Micro-channel public number: Network migrant workers
Network Graphics
FIG 1 FIG Network load balancing configuring OSPF
OSPF load balancing Introduction
Equivalent load balancing ECMP (Equal-CostMultiple Path), refers to the presence of multiple paths between two network nodes simultaneously, traffic between nodes equally among multiple paths. Load balancing effect is to reduce traffic pressure of each path, and enhance network robustness. When multiple routing protocols discover routes to the same destination in the same reach, and the cost of these routes have the same value, then it is to meet the conditions of load balancing. When the load balancing router forwards according quintuple (source address, destination address, source port, destination port, protocol), when the same five-tuple, a router always choose the same next-hop address to send message. When the five-tuple is not the same, the router will select relatively free path forwarding.
In OSPF network, sometimes there are multiple equal-cost paths between two network elements, and a single path and very difficult to bear all the traffic, then the user is generally desirable multiple paths equally among all of the traffic, so both can improve the reliability of the network, but also improve the utilization of resources, in which case you can consider configuring OSPF load balancing.
Configuration Considerations
· By maximumload-balancing command to configure the maximum number of equal-cost routes for load balancing.
• If you need to cancel load balancing, the maximum number of equal-cost routes can be set to 1.
Network requirements
As shown, OSPF network has four switches 1, belong to the region 0. Load balancing is required, so that the flow SwitchA, SwitchB and SwitchC be respectively supplied SwitchD.
Description:
Make sure this scenario interconnect interface STP is not enabled. Because STP is enabled on the ring network, if constructed with three layers of network switches VLANIF interface, will lead to a port is blocked, resulting in three business can not function properly.
Configuration Roadmap
OSPF configuration follows the idea of load balancing:
-
OSPF basic functions on each switch, basic OSPF network interworking.

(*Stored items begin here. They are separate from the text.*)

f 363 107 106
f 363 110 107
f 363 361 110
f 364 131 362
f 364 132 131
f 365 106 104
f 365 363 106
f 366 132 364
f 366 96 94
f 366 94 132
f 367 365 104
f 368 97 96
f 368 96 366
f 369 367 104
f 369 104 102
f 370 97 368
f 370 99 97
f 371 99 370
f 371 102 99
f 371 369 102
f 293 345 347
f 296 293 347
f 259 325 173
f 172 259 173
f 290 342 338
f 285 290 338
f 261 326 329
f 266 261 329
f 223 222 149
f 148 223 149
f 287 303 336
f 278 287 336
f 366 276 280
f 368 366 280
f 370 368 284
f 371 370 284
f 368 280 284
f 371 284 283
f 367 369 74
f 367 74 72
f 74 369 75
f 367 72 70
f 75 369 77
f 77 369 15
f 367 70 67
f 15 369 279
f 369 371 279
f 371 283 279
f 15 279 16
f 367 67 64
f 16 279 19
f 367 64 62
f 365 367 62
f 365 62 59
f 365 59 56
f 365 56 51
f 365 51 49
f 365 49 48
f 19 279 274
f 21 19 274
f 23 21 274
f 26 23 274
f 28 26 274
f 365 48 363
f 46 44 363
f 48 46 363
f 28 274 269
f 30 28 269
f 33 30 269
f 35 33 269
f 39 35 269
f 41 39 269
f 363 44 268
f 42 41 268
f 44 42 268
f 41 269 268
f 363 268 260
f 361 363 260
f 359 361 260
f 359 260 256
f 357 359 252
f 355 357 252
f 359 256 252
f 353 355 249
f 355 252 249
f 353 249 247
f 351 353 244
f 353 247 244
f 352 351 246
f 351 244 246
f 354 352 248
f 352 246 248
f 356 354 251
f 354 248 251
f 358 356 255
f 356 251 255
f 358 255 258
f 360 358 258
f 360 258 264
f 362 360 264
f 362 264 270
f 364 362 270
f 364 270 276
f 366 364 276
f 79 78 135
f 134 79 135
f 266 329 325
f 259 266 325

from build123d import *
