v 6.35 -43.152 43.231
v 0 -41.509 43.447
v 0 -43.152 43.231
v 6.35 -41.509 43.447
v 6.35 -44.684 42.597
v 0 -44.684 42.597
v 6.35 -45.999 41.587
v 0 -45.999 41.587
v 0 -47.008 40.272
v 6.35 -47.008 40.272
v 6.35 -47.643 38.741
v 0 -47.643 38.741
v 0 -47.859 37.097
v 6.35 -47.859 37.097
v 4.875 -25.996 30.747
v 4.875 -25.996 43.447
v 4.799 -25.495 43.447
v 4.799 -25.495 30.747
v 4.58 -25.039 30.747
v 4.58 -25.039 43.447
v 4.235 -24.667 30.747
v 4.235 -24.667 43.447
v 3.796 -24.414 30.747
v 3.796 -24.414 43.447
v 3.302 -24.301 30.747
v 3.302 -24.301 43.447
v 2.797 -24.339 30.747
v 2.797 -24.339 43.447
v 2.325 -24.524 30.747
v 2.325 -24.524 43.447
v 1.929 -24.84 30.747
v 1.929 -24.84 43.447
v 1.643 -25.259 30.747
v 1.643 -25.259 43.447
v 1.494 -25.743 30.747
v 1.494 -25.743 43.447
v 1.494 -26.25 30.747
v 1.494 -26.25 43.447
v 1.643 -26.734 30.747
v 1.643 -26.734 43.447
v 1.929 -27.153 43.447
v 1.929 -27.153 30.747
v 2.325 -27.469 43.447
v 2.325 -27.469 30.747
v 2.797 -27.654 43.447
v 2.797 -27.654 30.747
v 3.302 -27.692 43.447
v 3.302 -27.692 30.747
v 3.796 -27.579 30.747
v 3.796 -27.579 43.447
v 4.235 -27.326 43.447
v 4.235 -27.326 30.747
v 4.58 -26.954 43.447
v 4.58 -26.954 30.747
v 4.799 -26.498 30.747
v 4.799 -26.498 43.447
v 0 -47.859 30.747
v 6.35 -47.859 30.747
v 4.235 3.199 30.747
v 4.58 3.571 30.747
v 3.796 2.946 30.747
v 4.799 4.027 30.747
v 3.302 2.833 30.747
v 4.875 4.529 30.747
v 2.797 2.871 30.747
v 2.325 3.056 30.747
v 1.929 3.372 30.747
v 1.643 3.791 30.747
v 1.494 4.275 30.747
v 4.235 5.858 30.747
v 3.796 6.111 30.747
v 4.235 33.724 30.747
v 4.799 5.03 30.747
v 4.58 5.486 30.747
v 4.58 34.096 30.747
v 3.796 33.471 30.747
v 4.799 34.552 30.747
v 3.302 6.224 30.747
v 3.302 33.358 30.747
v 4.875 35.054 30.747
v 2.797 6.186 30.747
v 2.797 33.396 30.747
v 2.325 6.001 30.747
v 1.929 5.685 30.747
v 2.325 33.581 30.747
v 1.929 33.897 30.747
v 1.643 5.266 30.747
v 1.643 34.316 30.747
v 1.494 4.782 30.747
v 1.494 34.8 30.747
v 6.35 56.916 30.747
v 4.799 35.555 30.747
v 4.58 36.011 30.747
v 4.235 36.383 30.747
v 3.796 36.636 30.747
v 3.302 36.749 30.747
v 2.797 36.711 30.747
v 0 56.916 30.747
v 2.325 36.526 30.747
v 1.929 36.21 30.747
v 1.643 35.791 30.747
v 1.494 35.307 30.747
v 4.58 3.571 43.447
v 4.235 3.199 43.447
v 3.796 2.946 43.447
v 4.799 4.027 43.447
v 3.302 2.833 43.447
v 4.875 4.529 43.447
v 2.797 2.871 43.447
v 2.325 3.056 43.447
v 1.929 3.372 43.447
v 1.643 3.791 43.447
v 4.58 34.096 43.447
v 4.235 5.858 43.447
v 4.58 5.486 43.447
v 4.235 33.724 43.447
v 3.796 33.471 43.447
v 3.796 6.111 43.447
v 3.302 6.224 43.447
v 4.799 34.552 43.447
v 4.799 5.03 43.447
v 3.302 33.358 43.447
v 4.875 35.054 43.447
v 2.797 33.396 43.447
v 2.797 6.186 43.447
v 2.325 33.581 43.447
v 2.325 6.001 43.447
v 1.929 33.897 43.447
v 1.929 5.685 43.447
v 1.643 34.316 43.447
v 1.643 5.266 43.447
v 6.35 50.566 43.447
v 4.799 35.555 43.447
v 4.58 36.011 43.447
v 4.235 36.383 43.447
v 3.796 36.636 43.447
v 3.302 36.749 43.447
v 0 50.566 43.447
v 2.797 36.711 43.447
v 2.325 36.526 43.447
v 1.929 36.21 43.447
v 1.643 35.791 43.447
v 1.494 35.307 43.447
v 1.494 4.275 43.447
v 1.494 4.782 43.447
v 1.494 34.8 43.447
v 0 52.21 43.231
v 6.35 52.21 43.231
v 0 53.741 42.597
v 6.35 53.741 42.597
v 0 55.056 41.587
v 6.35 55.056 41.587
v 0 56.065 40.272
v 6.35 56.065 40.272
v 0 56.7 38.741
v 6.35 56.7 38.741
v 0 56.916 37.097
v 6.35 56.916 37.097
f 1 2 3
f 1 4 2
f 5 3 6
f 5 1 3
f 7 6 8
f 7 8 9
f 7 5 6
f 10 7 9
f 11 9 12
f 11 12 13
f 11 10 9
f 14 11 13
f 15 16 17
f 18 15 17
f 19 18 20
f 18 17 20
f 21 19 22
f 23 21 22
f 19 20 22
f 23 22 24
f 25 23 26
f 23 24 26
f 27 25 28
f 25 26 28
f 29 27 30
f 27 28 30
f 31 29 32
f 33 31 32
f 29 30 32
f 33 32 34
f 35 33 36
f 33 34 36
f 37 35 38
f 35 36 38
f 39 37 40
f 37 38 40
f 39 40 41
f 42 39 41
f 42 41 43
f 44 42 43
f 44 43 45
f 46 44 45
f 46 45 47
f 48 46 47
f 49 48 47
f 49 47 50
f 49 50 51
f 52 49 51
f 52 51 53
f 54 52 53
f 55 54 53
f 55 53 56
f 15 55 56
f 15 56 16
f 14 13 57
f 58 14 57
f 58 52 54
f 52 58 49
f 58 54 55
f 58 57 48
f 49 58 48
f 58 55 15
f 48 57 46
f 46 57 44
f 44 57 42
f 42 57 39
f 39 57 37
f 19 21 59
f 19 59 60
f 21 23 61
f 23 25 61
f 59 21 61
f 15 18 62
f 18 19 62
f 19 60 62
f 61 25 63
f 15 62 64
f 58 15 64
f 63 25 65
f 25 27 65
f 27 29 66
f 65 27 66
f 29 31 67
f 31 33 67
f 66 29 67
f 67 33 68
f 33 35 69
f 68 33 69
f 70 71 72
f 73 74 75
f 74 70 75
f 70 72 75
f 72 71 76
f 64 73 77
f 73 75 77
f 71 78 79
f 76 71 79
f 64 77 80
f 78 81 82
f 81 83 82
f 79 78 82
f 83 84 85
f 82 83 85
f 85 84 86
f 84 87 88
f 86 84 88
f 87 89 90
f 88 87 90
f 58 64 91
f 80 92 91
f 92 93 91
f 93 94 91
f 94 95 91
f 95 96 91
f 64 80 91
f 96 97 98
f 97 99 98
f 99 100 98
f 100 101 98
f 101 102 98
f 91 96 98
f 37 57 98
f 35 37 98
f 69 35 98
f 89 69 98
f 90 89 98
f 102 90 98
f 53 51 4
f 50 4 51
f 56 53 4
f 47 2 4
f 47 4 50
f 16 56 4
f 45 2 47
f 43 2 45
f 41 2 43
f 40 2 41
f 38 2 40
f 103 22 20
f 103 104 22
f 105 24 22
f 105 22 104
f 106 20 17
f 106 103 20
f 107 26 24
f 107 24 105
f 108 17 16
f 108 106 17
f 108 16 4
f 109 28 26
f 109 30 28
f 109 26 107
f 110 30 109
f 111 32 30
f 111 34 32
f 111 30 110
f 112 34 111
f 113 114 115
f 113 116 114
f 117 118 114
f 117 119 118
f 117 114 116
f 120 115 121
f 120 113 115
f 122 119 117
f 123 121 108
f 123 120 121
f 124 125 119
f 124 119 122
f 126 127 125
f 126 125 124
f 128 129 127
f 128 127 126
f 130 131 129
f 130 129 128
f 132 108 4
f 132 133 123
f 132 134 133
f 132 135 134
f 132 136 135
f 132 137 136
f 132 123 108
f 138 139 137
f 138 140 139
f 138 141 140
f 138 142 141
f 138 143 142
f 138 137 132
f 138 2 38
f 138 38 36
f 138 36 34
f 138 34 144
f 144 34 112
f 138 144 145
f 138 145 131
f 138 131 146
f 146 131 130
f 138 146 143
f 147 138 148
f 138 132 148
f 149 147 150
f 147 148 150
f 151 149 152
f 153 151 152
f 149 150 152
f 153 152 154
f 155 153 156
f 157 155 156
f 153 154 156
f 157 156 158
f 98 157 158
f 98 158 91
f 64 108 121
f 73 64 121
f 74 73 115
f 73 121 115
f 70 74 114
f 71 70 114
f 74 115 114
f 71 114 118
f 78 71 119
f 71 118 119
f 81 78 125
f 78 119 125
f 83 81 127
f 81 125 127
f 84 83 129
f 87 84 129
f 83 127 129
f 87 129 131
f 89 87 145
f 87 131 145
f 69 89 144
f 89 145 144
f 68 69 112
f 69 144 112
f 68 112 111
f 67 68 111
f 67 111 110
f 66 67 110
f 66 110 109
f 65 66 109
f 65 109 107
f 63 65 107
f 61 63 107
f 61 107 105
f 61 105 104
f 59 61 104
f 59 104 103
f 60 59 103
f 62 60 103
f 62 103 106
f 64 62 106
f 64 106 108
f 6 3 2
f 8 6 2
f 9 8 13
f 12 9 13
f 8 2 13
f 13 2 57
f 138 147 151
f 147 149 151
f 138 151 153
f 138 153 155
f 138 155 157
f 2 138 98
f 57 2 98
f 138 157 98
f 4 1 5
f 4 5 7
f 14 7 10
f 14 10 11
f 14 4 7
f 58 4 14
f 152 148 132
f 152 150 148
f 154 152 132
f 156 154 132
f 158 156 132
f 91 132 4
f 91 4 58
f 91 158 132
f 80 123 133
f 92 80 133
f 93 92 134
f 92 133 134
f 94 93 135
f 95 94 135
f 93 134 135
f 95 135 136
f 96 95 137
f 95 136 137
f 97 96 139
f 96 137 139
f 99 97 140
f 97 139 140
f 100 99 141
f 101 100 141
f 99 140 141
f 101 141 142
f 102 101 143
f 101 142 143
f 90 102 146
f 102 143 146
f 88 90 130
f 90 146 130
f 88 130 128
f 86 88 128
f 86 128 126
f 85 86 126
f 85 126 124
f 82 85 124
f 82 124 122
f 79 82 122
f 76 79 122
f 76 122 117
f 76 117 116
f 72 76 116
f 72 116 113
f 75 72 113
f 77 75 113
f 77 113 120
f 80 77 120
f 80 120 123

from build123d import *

# Parameters (mm, degrees)
SKETCH1_W            = 12.7
SKETCH1_H            = 104.775
BOSS_EXTRUDE1_DEPTH  = 6.35
M3_CLEARANCE_HOLE1_D = 3.4
FILLET1_R            = 6.35


with BuildPart() as part:
    # Sketch1 → Boss-Extrude1 (new body)
    with BuildSketch(Plane(origin=(0, 0, 0), x_dir=(0, 0, -1), z_dir=(1, 0, 0))):
        with Locations((-37.097368421, 4.528552632)):
            Rectangle(SKETCH1_W, SKETCH1_H)
    extrude(amount=BOSS_EXTRUDE1_DEPTH)

    # M3 Clearance Hole1 (through all)
    with Locations(Plane(origin=(0, 0, 30.747368421), x_dir=(-1, 0, 0), z_dir=(0, 0, -1))):
        with Locations((-3.175, -25.996447368), (-3.175, 4.528552632), (-3.175, 35.053552632)):
            Hole(M3_CLEARANCE_HOLE1_D / 2)

    # Fillet1
    fillet1_edges = [part.edges().sort_by_distance(p)[0] for p in [
        (3.175, -47.858947368, 43.447368421),
        (3.175, 56.916052632, 43.447368421),
    ]]
    fillet(fillet1_edges, radius=FILLET1_R)


solid = part.part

- In SwitchA configure load balancing, load balancing purposes.
Steps
- Configuring the VLAN interfaces
Configure SwitchA. SwitchB, SwitchC and SwitchD configuration SwitchA similar.
<HUAWEI>system-view
[HUAWEI] sysnameSwitchA
[SwitchA] vlanbatch 10 20 50
[SwitchA]interface gigabitethernet 1/0/1
[SwitchA-GigabitEthernet1/0/1]port link-type trunk
[SwitchA-GigabitEthernet1/0/1]port trunk allow-pass vlan 10
[SwitchA-GigabitEthernet1/0/1]quit
[SwitchA]interface gigabitethernet 1/0/2
[SwitchA-GigabitEthernet1/0/2]port link-type trunk
[SwitchA-GigabitEthernet1/0/2]port trunk allow-pass vlan 20
[SwitchA-GigabitEthernet1/0/2]quit
[SwitchA]interface gigabitethernet 1/0/3
[SwitchA-GigabitEthernet1/0/3]port link-type trunk
[SwitchA-GigabitEthernet1/0/3]port trunk allow-pass vlan 50
[SwitchA-GigabitEthernet1/0/3]quit
- Configure the IP address of each VLANIF interface
Configure SwitchA. SwitchB, SwitchC and SwitchD configuration SwitchA similar.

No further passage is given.